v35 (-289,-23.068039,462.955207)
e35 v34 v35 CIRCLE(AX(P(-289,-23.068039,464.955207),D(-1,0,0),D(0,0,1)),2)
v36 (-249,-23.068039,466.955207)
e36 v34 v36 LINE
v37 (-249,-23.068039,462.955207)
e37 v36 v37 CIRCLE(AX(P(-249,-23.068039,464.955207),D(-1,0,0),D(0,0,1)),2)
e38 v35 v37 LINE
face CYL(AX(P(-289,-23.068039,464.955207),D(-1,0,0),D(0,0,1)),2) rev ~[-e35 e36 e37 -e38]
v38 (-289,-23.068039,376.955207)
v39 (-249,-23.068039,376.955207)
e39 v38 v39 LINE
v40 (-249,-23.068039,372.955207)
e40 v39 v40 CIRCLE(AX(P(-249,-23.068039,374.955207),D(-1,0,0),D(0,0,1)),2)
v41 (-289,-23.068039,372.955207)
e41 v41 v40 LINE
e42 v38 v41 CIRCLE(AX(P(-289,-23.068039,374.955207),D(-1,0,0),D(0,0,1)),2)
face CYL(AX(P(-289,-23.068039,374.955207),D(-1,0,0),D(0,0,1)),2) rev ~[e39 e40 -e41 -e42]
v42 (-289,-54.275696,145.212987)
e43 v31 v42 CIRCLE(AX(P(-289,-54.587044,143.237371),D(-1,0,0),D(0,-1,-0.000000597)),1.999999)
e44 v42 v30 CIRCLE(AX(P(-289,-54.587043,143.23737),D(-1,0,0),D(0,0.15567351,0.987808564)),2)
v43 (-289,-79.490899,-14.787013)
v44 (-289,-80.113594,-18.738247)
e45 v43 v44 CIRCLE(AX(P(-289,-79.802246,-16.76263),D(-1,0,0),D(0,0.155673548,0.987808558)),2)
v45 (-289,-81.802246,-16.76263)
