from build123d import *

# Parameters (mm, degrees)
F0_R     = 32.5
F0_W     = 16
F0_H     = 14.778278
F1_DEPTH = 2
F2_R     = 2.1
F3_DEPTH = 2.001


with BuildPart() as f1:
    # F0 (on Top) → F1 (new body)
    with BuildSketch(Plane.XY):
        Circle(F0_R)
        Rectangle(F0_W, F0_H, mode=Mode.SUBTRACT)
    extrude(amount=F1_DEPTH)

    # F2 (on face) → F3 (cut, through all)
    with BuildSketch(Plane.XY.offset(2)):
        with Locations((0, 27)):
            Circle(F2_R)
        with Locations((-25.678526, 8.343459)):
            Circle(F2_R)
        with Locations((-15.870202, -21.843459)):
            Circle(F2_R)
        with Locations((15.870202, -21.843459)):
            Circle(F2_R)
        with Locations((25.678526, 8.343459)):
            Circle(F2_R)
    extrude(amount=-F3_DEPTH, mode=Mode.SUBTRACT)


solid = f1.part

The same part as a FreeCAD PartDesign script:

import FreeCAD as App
import Part
import Sketcher
from FreeCAD import Vector
Q = App.Units.Quantity


def add_polygon(sketch, points):
    """Adds a closed chain of lines whose ends are joined by coincident constraints."""
    first, n = sketch.GeometryCount, len(points)
    for a, b in zip(points, points[1:] + points[:1]):
        sketch.addGeometry(Part.LineSegment(App.Vector(*a, 0), App.Vector(*b, 0)), False)
    for i in range(n):
        sketch.addConstraint(Sketcher.Constraint("Coincident", first + i, 2, first + (i + 1) % n, 1))

doc = App.newDocument("Part")
body = doc.addObject("PartDesign::Body", "Body")

sketch1 = body.newObject("Sketcher::SketchObject", "Sketch")
sketch1.AttachmentSupport = (doc.getObject("XY_Plane"), [""])
sketch1.MapMode = "FlatFace"
sketch1.addGeometry(Part.Circle(Vector(0, 0, 0), Vector(0, 0, 1), 32), False)
add_polygon(sketch1, [(8, -7), (-8, -7), (-8, 7), (8, 7)])
sketch1.addConstraint([
    Sketcher.Constraint("Horizontal", 1),
    Sketcher.Constraint("Vertical", 2),
    Sketcher.Constraint("Horizontal", 3),
    Sketcher.Constraint("Vertical", 4),
    Sketcher.Constraint("Coincident", 0, 3, -1, 1),
    Sketcher.Constraint("Symmetric", 1, 2, 3, 2, -1, 1),
    Sketcher.Constraint("Diameter", 0, Q("65 mm")),
    Sketcher.Constraint("DistanceX", 1, 2, 1, 1, Q("16 mm")),
    Sketcher.Constraint("DistanceY", 2, 1, 2, 2, Q("14.778278 mm")),
])
pad1 = body.newObject("PartDesign::Pad", "Pad")
pad1.Profile = sketch1
pad1.Length = 2

sketch2 = body.newObject("Sketcher::SketchObject", "Sketch001")
sketch2.AttachmentSupport = (doc.getObject("XY_Plane"), [""])
sketch2.MapMode = "FlatFace"
sketch2.AttachmentOffset = App.Placement(Vector(0, 0, 2), App.Rotation())
sketch2.addGeometry([
    Part.Circle(Vector(0, 27, 0), Vector(0, 0, 1), 2.1),
    Part.Circle(Vector(-25.7, 8.3, 0), Vector(0, 0, 1), 2.1),
    Part.Circle(Vector(-15.9, -21.8, 0), Vector(0, 0, 1), 2.1),
    Part.Circle(Vector(15.9, -21.8, 0), Vector(0, 0, 1), 2.1),
    Part.Circle(Vector(25.7, 8.3, 0), Vector(0, 0, 1), 2.1),
], False)
sketch2.addConstraint([
    Sketcher.Constraint("Equal", 0, 1),
    Sketcher.Constraint("Equal", 1, 2),
    Sketcher.Constraint("Equal", 2, 3),
    Sketcher.Constraint("Equal", 3, 4),
    Sketcher.Constraint("Symmetric", 2, 3, 3, 3, -2),
    Sketcher.Constraint("Symmetric", 1, 3, 4, 3, -2),
    Sketcher.Constraint("PointOnObject", 0, 3, -2),
    Sketcher.Constraint("Diameter", 0, Q("4.2 mm")),
    Sketcher.Constraint("DistanceY", -1, 1, 0, 3, Q("27 mm")),
    Sketcher.Constraint("DistanceY", -1, 1, 1, 3, Q("8.343459 mm")),
    Sketcher.Constraint("DistanceY", 2, 3, -1, 1, Q("21.843459 mm")),
    Sketcher.Constraint("DistanceX", 1, 3, 3, 3, Q("41.548728 mm")),
    Sketcher.Constraint("DistanceX", 1, 3, -1, 1, Q("25.678526 mm")),
])
pocket1 = body.newObject("PartDesign::Pocket", "Pocket")
pocket1.Profile = sketch2
pocket1.Type = "ThroughAll"

doc.recompute()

| EXERCISE OBJECTIVE |
Set down again, word for word, the stretch of records from the line with "v45 (-289,-81.802246,-16.76263)" to the line with "The same part", both of those lines included.

| YOUR RESPONSE |
v45 (-289,-81.802246,-16.76263)
from build123d import *

# Parameters (mm, degrees)
F0_R     = 32.5
F0_W     = 16
F0_H     = 14.778278
F1_DEPTH = 2
F2_R     = 2.1
F3_DEPTH = 2.001


with BuildPart() as f1:
    # F0 (on Top) → F1 (new body)
    with BuildSketch(Plane.XY):
        Circle(F0_R)
        Rectangle(F0_W, F0_H, mode=Mode.SUBTRACT)
    extrude(amount=F1_DEPTH)

    # F2 (on face) → F3 (cut, through all)
    with BuildSketch(Plane.XY.offset(2)):
        with Locations((0, 27)):
            Circle(F2_R)
        with Locations((-25.678526, 8.343459)):
            Circle(F2_R)
        with Locations((-15.870202, -21.843459)):
            Circle(F2_R)
        with Locations((15.870202, -21.843459)):
            Circle(F2_R)
        with Locations((25.678526, 8.343459)):
            Circle(F2_R)
    extrude(amount=-F3_DEPTH, mode=Mode.SUBTRACT)


solid = f1.part

The same part as a FreeCAD PartDesign script:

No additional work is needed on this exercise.